____ Given information

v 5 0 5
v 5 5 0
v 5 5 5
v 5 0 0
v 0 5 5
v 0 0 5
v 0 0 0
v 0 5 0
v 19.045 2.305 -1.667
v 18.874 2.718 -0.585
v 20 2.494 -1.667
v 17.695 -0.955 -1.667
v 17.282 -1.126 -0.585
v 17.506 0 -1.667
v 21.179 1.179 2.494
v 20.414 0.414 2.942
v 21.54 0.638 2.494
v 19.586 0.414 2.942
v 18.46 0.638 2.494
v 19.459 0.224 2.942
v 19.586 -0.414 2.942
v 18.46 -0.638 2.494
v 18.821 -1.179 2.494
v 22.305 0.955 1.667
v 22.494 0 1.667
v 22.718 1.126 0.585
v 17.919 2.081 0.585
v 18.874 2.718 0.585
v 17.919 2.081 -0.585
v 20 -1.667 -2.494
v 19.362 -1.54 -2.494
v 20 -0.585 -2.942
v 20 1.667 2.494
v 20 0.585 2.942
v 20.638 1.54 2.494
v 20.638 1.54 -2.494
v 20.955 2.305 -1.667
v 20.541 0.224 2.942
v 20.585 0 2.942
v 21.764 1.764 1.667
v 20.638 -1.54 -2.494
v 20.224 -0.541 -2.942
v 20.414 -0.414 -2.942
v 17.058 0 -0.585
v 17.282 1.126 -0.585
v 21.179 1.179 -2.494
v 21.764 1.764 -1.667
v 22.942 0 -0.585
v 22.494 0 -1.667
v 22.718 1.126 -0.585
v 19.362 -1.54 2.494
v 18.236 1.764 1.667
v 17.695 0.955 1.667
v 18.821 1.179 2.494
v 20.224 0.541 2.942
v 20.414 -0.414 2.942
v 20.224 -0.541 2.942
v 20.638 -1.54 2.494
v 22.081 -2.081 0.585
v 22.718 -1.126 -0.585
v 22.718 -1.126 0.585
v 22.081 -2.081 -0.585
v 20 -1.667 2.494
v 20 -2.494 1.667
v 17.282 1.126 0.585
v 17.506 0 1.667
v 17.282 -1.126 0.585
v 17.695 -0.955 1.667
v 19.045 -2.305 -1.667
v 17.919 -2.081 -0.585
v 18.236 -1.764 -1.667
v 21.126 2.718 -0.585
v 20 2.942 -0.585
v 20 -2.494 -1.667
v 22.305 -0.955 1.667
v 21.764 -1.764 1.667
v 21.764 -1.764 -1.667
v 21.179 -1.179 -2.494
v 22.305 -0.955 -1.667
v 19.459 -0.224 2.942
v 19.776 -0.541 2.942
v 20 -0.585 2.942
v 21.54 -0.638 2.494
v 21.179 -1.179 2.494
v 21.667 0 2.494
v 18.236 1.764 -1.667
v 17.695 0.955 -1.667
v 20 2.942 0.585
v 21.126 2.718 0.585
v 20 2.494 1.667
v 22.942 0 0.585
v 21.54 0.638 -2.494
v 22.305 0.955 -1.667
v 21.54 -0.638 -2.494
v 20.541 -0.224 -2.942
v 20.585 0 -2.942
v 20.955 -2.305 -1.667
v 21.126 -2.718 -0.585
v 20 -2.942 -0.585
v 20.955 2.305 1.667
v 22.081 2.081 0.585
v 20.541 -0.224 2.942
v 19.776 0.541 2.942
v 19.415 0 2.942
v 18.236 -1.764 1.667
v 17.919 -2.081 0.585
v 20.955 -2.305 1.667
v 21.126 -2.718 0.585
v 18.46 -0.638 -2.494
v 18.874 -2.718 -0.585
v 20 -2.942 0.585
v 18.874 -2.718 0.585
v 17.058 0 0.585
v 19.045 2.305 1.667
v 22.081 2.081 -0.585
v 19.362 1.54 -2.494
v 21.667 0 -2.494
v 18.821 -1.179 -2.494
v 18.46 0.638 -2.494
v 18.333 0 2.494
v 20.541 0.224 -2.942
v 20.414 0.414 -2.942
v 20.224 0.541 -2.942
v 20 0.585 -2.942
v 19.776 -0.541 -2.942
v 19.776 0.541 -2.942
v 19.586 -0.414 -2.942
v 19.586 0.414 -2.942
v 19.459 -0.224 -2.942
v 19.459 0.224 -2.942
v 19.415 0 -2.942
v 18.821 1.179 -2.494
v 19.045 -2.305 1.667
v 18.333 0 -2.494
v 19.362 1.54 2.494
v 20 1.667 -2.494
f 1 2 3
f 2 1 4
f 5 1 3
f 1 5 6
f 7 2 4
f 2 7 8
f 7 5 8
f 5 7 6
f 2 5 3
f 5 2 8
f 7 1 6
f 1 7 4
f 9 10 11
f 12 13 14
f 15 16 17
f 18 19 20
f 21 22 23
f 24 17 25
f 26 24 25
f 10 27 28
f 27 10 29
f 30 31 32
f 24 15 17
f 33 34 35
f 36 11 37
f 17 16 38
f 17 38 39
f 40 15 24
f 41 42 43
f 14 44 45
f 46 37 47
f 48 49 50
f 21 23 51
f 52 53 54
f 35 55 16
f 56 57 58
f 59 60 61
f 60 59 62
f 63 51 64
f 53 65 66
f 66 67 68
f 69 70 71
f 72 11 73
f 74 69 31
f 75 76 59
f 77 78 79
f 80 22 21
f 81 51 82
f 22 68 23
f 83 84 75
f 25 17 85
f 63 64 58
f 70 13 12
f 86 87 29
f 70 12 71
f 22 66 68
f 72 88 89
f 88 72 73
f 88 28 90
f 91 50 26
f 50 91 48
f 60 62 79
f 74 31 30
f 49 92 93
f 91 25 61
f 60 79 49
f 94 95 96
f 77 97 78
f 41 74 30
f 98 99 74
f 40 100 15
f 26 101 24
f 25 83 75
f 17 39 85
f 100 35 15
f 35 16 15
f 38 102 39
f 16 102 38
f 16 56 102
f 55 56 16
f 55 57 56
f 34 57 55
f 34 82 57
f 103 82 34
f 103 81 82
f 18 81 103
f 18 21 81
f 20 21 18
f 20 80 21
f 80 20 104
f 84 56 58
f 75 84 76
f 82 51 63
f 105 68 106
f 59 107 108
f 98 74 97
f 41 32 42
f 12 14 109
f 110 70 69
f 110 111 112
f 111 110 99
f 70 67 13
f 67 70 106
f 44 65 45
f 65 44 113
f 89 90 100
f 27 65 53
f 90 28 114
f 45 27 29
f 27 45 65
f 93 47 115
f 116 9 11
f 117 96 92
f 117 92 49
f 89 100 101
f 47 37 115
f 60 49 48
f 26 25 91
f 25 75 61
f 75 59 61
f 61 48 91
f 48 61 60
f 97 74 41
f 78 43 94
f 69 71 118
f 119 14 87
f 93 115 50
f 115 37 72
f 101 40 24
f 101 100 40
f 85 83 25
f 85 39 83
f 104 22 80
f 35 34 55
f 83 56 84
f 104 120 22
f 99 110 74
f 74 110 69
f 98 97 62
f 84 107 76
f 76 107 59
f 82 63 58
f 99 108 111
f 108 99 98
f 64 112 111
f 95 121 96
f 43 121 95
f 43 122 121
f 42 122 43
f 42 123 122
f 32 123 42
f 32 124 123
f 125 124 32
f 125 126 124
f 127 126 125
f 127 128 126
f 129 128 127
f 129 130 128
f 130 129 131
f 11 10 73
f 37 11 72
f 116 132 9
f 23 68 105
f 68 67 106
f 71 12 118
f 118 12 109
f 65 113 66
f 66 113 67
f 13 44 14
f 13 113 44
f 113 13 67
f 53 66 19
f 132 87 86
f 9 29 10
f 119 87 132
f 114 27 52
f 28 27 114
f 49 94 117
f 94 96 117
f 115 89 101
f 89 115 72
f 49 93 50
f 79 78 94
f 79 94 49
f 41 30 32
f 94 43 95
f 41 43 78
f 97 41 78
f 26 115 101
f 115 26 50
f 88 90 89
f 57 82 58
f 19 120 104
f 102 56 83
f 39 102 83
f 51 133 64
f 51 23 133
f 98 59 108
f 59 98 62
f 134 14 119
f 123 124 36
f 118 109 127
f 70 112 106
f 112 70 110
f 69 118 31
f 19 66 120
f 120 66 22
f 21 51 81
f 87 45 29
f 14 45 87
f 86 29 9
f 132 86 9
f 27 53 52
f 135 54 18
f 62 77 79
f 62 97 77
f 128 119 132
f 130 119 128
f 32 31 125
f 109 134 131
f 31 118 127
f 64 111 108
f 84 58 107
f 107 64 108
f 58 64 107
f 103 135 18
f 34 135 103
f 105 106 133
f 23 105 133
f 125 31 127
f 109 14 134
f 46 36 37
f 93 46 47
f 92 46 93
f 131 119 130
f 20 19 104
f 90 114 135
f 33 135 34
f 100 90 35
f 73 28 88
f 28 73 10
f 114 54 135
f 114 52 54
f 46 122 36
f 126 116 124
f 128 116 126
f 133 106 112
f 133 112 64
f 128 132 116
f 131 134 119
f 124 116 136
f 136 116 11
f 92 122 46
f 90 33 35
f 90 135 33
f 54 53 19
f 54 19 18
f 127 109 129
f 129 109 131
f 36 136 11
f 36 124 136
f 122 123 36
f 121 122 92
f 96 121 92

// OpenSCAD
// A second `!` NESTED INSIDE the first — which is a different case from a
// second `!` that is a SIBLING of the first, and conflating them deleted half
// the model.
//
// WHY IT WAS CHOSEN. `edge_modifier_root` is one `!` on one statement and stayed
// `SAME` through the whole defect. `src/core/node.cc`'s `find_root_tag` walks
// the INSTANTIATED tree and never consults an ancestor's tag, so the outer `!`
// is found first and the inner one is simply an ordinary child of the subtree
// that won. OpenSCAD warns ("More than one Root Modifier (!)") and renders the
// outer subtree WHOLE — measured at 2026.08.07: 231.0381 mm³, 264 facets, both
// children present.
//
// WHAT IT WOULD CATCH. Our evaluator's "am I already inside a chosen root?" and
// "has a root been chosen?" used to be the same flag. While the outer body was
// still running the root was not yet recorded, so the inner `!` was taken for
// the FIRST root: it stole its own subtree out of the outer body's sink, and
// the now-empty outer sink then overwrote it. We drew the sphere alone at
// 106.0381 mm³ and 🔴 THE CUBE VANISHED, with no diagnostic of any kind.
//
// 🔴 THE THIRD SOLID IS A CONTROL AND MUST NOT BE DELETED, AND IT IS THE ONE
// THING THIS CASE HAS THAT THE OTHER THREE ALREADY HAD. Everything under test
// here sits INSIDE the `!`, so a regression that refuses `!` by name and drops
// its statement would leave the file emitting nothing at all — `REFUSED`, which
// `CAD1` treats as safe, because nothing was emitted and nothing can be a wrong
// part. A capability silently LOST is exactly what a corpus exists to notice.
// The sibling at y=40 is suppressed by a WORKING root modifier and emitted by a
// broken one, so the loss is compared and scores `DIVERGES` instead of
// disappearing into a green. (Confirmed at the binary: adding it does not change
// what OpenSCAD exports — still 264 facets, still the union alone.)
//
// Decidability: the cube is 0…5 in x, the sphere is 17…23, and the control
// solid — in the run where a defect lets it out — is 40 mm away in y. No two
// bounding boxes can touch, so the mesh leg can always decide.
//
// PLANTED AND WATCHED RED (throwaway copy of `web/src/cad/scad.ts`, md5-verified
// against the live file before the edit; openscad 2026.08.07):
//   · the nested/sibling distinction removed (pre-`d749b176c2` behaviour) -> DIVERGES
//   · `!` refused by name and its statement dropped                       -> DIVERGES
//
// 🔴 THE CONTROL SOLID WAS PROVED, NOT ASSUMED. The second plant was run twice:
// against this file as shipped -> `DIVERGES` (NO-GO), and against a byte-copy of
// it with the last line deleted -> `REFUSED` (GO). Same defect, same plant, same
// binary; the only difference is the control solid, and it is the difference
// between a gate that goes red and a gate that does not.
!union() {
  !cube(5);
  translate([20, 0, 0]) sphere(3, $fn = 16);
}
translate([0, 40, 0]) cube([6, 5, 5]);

________
____ Given information

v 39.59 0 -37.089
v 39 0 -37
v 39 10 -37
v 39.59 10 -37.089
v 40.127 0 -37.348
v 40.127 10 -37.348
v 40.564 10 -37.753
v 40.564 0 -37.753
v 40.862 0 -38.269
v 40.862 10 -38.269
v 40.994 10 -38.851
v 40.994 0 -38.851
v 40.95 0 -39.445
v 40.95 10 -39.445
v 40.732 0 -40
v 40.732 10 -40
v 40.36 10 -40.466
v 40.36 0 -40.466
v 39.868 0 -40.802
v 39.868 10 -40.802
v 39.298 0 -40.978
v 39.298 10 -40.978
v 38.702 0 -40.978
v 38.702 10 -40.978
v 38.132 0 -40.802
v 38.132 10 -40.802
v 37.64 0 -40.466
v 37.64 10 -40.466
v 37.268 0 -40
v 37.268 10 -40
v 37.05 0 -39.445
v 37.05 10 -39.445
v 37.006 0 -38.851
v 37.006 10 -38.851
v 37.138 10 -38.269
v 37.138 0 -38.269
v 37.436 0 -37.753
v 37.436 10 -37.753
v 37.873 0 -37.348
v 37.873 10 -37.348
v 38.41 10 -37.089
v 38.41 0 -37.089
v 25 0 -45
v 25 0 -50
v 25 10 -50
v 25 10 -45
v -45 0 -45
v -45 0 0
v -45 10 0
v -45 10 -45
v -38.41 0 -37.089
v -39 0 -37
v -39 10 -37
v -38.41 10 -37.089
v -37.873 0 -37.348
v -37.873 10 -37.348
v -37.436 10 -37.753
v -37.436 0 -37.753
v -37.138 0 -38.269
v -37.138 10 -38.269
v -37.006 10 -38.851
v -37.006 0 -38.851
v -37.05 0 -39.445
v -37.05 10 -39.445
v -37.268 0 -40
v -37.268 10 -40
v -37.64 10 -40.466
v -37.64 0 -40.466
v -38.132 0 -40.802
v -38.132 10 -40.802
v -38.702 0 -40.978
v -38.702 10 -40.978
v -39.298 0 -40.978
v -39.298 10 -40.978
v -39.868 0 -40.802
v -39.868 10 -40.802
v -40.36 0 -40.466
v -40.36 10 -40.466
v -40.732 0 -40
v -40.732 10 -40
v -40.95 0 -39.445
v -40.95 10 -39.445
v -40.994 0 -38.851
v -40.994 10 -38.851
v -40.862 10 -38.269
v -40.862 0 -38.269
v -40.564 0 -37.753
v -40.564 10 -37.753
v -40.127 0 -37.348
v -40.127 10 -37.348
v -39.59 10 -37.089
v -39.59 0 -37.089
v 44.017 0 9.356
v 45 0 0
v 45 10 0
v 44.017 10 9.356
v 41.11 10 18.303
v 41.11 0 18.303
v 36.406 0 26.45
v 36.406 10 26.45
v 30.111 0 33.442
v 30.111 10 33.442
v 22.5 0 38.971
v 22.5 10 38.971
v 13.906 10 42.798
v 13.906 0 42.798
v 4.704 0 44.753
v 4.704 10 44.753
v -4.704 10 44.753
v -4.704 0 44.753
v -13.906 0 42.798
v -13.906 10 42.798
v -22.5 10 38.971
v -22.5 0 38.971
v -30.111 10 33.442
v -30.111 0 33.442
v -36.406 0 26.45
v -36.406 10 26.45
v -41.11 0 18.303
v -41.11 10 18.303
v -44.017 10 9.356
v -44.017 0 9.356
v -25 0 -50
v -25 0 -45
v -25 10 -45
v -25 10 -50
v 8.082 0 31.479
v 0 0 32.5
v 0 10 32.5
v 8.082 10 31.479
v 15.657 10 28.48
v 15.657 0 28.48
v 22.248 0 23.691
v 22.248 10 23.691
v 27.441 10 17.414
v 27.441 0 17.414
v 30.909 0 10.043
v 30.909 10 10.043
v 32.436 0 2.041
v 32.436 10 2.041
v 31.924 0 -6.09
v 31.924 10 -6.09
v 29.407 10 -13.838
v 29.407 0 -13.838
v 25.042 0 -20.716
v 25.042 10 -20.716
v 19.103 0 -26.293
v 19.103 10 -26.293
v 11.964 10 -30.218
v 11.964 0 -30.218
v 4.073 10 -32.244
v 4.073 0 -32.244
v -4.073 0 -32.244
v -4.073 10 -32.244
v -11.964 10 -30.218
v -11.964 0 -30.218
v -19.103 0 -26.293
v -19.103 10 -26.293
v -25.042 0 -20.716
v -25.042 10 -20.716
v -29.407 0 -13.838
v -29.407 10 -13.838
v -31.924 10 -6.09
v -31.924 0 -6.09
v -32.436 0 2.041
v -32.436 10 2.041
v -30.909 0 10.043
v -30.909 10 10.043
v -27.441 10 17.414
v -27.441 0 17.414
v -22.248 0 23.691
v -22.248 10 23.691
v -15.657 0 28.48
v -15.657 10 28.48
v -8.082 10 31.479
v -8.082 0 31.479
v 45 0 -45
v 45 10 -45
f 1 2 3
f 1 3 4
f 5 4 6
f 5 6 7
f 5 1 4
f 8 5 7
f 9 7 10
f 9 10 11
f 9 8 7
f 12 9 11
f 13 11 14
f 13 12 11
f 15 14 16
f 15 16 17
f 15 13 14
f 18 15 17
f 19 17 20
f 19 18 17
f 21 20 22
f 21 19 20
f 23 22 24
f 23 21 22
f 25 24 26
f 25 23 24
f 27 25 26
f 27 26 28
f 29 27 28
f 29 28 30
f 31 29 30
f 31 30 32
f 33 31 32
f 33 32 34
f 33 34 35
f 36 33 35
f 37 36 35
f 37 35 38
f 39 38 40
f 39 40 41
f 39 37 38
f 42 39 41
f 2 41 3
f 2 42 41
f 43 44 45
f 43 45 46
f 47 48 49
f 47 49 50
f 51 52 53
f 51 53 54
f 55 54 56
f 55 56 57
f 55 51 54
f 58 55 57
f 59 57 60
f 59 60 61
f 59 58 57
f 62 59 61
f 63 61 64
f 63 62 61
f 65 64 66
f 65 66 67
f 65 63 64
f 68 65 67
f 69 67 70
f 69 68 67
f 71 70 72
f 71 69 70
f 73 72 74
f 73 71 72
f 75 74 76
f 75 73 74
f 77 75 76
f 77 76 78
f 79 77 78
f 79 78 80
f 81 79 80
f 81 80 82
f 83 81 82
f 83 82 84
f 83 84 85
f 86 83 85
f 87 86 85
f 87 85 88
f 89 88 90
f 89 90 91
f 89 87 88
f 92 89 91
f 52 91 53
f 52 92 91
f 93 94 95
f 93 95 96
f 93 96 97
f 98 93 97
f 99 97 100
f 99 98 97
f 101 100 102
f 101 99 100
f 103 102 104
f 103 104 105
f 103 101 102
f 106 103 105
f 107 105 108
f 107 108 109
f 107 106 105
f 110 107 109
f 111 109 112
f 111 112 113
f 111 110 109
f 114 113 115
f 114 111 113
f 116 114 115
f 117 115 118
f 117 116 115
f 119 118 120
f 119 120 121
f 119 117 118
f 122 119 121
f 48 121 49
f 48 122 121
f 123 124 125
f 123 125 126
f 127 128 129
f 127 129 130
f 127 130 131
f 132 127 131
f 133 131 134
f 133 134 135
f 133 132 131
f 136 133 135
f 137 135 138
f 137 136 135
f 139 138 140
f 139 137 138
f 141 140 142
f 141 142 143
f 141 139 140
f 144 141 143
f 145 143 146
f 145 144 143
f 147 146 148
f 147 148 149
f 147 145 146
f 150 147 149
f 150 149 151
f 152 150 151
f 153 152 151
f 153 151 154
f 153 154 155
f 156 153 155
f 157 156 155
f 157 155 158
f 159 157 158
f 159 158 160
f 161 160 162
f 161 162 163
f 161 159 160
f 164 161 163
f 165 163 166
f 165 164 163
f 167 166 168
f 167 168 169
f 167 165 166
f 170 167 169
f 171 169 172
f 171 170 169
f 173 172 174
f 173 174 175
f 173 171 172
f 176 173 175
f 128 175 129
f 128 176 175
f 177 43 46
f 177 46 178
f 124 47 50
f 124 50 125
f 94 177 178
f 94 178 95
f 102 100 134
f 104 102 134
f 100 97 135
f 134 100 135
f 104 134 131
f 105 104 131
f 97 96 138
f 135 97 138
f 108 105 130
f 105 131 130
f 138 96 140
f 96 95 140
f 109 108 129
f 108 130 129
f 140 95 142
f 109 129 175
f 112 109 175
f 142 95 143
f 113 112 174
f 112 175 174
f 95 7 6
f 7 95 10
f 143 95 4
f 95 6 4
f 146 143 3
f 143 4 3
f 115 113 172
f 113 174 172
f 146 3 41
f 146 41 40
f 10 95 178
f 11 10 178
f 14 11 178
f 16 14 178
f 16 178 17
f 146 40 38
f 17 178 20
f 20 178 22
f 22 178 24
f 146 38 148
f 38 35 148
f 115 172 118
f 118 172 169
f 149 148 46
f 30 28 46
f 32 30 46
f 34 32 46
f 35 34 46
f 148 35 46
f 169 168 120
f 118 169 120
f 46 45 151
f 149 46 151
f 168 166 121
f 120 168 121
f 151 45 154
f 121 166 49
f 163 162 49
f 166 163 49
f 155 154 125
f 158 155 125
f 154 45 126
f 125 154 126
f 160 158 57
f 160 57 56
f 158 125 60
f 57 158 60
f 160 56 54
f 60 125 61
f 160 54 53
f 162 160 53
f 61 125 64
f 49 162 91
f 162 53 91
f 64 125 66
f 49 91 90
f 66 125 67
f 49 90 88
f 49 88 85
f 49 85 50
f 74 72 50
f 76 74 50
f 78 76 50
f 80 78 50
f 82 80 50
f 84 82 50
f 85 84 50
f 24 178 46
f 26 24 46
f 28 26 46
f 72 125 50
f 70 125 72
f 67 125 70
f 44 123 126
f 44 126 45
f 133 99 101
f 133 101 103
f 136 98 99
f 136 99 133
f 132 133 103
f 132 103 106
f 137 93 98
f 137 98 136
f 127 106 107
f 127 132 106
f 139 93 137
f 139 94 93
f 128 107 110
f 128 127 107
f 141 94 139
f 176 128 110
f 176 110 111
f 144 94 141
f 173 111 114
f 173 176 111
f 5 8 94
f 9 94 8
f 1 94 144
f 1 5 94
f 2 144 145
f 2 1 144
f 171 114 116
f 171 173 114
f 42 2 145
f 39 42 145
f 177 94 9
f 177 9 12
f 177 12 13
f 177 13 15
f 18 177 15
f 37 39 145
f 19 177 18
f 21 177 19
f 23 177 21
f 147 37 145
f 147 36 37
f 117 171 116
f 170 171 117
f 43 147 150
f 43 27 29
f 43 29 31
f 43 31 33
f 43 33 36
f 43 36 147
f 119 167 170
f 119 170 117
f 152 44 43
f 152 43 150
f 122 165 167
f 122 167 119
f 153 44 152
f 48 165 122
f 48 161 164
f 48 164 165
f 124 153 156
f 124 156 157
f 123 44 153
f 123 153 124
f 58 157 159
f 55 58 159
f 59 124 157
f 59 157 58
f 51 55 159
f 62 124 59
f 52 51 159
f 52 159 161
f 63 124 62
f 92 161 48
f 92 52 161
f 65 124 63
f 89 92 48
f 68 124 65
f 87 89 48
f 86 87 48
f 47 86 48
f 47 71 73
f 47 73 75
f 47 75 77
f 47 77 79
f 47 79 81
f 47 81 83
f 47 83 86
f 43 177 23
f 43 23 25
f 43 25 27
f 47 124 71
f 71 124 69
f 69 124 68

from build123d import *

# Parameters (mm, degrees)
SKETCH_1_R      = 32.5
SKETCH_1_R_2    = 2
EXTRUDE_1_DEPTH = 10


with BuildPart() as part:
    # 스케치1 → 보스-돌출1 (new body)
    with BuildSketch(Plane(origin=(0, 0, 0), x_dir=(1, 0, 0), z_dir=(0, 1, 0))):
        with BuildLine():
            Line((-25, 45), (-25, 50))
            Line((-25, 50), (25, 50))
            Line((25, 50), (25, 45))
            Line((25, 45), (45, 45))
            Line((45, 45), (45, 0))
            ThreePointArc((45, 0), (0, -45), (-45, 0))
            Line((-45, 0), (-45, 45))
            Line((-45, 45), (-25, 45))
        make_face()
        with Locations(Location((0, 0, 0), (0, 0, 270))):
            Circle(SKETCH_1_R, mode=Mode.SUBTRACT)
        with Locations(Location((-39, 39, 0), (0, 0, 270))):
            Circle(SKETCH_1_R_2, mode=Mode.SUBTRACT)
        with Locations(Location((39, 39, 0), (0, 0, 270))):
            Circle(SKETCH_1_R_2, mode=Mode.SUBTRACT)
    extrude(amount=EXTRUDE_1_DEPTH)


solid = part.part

________

■ Task to carry out ■
Beginning at the line above that contains "f 33 135 34", return each line exactly through the line that contains "f 96 121 92", and no others.

■ Exercise response ■
f 33 135 34
f 100 90 35
f 73 28 88
f 28 73 10
f 114 54 135
f 114 52 54
f 46 122 36
f 126 116 124
f 128 116 126
f 133 106 112
f 133 112 64
f 128 132 116
f 131 134 119
f 124 116 136
f 136 116 11
f 92 122 46
f 90 33 35
f 90 135 33
f 54 53 19
f 54 19 18
f 127 109 129
f 129 109 131
f 36 136 11
f 36 124 136
f 122 123 36
f 121 122 92
f 96 121 92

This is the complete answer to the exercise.